[Dataset entries]
########################################

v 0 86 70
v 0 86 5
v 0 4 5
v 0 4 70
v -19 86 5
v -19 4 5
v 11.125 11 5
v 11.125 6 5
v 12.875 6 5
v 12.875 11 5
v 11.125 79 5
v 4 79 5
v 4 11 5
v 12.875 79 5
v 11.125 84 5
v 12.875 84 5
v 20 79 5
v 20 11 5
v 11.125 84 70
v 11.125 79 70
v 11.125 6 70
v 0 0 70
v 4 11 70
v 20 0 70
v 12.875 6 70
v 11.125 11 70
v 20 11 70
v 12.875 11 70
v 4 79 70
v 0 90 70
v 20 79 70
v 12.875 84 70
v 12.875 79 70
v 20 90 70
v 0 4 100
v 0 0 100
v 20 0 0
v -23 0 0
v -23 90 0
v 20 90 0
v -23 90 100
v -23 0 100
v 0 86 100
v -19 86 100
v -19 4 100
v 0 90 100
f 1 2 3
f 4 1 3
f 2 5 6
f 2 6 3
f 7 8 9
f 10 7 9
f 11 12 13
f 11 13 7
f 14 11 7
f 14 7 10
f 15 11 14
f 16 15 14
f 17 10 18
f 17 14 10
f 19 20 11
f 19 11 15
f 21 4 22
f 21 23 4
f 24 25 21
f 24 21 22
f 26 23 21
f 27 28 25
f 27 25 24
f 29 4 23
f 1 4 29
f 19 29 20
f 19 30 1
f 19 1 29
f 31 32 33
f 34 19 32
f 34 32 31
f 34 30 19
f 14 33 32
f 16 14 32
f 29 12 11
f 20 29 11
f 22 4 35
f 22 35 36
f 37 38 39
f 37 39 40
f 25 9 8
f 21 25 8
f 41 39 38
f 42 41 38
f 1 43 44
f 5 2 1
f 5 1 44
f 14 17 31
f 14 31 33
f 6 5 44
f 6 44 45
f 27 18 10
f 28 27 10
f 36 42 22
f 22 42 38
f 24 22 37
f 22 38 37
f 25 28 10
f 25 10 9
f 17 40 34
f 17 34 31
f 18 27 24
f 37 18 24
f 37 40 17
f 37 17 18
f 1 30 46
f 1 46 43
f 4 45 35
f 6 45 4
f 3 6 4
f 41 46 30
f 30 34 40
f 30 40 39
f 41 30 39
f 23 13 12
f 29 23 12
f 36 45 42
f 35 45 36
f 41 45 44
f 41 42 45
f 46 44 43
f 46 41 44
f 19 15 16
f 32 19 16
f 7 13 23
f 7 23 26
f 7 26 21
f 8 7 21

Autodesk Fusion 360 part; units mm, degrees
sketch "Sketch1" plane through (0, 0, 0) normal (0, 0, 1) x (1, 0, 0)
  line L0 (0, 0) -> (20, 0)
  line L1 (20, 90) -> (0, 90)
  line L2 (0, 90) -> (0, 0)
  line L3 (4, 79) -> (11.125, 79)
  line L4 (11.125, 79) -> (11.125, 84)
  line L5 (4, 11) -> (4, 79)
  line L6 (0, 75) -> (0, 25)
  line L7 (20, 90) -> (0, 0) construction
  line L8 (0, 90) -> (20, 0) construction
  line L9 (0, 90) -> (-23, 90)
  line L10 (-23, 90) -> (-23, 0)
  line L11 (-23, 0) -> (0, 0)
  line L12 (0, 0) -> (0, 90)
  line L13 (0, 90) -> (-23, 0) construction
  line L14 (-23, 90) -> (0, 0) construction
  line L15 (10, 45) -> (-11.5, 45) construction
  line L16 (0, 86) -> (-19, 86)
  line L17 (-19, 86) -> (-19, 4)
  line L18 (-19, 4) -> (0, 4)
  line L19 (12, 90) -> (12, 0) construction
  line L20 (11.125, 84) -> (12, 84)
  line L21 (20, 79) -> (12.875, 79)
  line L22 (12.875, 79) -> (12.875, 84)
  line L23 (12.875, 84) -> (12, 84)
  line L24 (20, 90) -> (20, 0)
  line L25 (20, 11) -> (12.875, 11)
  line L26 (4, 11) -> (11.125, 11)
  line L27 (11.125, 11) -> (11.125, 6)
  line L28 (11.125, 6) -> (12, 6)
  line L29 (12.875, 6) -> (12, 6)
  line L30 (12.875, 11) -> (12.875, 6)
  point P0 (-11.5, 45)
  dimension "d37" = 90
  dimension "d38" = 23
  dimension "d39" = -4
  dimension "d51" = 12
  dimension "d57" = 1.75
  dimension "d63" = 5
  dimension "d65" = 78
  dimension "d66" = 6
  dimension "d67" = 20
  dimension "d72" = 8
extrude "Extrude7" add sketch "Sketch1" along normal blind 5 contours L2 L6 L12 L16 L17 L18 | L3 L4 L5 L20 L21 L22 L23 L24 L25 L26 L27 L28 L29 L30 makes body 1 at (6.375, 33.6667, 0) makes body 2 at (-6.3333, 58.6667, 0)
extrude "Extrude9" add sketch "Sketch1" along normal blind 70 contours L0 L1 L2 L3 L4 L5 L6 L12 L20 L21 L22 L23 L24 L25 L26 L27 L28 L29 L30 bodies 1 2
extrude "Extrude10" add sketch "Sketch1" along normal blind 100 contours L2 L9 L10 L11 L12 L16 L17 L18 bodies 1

########################################

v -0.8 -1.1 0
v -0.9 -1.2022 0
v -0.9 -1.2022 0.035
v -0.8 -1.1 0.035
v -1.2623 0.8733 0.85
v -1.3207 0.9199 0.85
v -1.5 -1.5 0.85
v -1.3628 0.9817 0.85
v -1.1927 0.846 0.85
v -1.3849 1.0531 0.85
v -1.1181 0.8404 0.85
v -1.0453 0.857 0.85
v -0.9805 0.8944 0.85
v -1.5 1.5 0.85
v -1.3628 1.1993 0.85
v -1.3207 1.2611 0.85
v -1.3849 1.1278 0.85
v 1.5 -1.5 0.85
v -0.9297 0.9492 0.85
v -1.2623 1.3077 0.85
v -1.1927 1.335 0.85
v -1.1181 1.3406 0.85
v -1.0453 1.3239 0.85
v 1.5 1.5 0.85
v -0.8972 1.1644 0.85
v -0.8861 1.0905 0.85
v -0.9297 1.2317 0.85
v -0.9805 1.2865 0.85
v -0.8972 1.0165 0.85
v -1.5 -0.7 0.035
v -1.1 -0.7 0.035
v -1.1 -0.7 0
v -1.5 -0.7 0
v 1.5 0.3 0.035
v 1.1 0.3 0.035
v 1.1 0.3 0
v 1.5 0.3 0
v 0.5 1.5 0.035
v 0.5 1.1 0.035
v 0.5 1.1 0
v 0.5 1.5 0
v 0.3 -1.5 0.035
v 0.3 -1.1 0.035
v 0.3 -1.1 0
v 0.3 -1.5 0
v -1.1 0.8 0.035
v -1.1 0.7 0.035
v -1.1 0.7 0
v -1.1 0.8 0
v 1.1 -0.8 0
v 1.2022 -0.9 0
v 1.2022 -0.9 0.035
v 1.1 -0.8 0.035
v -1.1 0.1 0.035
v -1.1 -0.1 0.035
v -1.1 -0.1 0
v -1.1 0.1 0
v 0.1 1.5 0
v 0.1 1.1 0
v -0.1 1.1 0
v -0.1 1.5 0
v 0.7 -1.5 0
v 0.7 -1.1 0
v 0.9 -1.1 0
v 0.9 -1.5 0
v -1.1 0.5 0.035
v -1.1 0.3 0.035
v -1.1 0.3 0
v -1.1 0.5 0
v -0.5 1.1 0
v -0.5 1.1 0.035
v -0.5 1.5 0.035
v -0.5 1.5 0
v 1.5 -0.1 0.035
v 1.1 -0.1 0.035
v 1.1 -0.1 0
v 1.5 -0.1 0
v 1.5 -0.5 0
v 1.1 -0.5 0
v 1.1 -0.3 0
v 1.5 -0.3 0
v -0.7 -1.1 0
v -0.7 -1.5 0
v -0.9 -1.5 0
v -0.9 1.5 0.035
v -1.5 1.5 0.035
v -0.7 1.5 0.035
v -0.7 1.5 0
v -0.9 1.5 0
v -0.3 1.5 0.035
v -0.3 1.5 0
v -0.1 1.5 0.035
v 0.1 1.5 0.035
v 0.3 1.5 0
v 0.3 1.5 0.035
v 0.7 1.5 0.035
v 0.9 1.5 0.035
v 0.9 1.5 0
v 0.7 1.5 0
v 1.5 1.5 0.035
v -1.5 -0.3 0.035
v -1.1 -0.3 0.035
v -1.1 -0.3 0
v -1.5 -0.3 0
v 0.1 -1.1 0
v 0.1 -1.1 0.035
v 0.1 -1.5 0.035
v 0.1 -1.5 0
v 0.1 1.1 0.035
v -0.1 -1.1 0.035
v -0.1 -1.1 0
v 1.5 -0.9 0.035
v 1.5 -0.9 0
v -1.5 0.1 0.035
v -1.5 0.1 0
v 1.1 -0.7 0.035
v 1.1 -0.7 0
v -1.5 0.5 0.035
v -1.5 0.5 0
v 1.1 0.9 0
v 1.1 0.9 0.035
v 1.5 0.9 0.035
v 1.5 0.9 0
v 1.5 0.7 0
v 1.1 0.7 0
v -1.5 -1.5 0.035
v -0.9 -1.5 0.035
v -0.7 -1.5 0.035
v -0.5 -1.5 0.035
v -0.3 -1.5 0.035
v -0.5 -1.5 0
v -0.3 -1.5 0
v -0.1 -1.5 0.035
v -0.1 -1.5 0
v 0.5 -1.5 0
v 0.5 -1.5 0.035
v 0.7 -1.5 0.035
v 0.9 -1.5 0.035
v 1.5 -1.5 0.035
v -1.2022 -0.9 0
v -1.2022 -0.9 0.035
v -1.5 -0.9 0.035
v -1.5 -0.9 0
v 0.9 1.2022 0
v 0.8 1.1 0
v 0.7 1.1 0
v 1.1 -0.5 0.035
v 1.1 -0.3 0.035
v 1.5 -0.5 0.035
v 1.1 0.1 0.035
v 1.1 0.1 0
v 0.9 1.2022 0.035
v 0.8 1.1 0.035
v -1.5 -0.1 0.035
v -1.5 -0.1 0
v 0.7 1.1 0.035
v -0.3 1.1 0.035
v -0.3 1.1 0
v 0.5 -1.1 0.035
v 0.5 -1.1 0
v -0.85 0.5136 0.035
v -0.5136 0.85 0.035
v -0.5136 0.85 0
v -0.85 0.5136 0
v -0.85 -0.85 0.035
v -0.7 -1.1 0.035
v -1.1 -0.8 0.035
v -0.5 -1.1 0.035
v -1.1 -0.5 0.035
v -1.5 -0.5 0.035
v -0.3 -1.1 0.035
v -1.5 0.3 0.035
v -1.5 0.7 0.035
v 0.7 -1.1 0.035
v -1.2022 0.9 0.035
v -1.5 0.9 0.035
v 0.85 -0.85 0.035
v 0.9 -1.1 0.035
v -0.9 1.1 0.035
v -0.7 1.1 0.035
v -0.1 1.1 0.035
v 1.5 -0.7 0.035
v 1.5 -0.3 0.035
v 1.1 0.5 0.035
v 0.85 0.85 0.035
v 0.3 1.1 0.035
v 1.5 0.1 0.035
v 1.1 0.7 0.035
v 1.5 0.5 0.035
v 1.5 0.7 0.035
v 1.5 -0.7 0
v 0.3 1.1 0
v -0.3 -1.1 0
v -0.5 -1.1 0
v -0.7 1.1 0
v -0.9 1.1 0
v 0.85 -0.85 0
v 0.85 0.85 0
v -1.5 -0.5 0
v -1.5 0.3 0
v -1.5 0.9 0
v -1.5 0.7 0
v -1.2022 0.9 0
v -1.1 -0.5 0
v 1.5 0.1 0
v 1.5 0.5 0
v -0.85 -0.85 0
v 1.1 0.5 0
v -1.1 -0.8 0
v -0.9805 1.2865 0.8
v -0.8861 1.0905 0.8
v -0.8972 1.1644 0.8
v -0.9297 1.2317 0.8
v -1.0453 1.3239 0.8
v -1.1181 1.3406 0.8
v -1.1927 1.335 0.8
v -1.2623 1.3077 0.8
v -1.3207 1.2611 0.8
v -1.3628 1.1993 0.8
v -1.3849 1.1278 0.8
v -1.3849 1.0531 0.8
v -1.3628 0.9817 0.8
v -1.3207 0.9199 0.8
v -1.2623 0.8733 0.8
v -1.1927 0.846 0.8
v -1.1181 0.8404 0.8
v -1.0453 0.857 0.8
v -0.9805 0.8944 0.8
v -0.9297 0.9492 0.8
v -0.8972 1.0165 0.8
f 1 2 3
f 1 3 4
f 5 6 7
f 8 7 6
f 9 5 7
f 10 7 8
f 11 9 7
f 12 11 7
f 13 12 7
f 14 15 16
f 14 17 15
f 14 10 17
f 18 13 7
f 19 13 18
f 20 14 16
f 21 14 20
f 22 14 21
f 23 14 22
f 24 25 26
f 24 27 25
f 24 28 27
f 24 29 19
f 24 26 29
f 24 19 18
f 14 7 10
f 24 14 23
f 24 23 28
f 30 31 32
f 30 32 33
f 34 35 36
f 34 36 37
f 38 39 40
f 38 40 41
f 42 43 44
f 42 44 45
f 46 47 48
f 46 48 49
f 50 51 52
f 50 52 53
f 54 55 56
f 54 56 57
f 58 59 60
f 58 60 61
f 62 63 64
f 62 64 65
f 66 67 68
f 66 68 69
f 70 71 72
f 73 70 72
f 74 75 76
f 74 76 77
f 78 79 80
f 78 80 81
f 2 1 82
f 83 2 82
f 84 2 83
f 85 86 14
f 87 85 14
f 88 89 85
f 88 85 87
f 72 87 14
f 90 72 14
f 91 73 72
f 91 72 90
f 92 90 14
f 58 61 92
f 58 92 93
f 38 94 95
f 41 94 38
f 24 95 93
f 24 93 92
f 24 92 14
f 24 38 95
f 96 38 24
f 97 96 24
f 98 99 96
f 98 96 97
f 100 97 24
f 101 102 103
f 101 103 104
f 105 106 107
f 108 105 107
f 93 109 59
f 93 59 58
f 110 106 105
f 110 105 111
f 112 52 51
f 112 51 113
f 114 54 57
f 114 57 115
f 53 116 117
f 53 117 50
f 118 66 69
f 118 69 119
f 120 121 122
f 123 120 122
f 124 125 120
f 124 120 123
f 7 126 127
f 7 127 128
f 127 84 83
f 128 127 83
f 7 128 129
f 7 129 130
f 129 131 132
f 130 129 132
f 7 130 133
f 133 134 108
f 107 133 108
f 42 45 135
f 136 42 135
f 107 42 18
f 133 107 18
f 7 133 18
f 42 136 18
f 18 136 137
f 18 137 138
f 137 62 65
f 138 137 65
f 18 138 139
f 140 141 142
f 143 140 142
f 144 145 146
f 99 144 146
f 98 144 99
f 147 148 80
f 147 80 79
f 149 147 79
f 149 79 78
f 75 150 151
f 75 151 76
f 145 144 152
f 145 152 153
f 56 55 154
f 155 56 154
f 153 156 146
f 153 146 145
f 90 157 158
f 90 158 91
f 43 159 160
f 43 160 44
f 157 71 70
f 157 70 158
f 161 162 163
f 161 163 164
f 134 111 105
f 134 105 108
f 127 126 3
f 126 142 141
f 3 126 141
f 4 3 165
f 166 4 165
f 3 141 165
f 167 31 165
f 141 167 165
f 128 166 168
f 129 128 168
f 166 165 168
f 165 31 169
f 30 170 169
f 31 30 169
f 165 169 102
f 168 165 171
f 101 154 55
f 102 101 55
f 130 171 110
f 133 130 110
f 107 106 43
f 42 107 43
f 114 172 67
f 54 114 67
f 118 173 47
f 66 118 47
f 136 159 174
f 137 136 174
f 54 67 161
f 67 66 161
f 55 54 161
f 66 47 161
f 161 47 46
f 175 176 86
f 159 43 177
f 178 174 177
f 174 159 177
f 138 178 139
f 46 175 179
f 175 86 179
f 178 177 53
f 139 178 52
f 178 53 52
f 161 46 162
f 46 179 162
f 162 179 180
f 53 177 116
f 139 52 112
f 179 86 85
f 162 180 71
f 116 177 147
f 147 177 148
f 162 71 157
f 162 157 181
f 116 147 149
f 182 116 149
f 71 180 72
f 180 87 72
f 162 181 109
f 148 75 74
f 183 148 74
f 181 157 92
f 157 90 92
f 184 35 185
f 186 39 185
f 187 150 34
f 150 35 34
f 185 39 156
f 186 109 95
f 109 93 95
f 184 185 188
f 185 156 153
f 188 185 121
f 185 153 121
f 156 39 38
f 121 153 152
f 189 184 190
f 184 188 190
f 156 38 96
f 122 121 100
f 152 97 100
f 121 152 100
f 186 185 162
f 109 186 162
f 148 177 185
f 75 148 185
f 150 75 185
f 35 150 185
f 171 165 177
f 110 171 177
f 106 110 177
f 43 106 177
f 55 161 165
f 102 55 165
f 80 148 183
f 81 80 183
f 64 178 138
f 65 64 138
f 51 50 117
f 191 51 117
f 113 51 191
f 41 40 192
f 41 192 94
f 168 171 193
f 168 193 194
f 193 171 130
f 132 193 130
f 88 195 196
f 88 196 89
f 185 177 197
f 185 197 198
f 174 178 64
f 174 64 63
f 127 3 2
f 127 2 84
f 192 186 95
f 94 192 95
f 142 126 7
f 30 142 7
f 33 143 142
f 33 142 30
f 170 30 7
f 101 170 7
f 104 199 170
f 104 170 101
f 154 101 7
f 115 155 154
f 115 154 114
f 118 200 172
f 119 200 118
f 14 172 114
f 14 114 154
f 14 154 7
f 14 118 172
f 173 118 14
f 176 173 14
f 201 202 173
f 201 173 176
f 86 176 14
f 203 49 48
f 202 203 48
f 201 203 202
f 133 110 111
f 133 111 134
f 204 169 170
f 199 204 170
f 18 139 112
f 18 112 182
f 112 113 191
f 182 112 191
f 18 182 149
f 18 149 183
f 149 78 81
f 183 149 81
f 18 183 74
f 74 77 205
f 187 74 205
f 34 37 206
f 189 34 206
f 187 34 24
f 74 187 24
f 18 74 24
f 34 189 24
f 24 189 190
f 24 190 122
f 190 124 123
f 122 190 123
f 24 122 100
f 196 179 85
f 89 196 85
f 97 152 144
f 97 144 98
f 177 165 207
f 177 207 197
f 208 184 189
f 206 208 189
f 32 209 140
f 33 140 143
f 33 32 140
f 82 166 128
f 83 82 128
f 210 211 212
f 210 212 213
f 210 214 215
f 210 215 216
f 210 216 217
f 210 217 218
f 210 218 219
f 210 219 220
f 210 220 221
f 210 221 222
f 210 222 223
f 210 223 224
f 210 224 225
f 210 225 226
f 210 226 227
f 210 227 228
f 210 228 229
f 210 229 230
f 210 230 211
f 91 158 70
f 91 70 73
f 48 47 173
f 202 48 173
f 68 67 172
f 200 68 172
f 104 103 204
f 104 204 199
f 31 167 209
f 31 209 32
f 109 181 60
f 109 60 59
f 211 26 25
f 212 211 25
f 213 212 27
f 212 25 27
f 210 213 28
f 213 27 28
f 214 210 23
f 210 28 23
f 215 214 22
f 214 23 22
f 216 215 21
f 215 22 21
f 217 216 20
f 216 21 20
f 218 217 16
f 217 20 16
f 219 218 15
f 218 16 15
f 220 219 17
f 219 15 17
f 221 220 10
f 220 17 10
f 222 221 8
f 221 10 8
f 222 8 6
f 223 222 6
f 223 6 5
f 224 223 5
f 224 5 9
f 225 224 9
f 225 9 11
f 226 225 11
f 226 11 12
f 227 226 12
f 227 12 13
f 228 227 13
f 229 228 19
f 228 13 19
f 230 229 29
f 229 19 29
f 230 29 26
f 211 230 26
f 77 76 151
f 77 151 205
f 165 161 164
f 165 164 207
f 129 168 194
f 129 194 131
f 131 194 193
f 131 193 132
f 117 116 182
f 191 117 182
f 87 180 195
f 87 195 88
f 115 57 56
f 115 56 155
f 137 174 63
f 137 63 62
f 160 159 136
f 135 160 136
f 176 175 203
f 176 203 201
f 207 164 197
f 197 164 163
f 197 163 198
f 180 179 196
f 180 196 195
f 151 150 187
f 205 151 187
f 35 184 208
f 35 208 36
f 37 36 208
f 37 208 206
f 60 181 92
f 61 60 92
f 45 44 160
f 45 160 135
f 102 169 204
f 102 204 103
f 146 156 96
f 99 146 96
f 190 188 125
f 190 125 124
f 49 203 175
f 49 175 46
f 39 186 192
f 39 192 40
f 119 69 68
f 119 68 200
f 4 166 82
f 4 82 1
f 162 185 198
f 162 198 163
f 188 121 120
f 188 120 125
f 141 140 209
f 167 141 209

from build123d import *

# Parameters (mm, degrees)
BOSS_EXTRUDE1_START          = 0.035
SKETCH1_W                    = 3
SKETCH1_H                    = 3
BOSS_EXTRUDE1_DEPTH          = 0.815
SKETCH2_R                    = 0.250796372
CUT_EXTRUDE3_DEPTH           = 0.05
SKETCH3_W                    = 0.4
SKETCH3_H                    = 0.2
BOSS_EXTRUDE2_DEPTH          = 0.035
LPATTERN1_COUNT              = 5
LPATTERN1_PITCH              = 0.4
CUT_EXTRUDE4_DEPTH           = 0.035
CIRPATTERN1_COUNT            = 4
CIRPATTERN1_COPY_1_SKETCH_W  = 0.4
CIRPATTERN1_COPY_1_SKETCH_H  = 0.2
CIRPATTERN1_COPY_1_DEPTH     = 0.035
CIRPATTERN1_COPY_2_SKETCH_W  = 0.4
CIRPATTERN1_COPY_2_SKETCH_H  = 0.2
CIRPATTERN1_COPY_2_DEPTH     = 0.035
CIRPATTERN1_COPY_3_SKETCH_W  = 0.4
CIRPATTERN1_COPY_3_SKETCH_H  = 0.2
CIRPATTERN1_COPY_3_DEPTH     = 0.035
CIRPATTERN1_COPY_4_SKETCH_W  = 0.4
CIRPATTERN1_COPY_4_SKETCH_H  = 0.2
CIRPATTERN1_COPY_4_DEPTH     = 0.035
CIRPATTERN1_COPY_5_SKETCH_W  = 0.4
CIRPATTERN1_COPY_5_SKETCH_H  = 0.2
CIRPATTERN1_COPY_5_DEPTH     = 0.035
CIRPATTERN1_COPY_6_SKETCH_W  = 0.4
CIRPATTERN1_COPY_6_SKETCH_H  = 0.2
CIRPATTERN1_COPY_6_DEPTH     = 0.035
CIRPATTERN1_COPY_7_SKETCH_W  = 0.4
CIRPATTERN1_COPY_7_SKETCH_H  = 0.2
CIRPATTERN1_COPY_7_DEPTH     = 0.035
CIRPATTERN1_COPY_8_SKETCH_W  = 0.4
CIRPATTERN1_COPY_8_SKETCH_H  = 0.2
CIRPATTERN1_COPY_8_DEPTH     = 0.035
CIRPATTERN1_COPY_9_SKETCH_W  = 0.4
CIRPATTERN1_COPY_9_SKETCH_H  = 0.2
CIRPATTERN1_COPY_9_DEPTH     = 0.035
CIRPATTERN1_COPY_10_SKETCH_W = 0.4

########################################

What you should do — Once you find the line with "f 190 188 125" above, print it and every line after it up to and including the line with "f 167 141 209", exactly as written and nothing else.

Result for this exercise —
f 190 188 125
f 190 125 124
f 49 203 175
f 49 175 46
f 39 186 192
f 39 192 40
f 119 69 68
f 119 68 200
f 4 166 82
f 4 82 1
f 162 185 198
f 162 198 163
f 188 121 120
f 188 120 125
f 141 140 209
f 167 141 209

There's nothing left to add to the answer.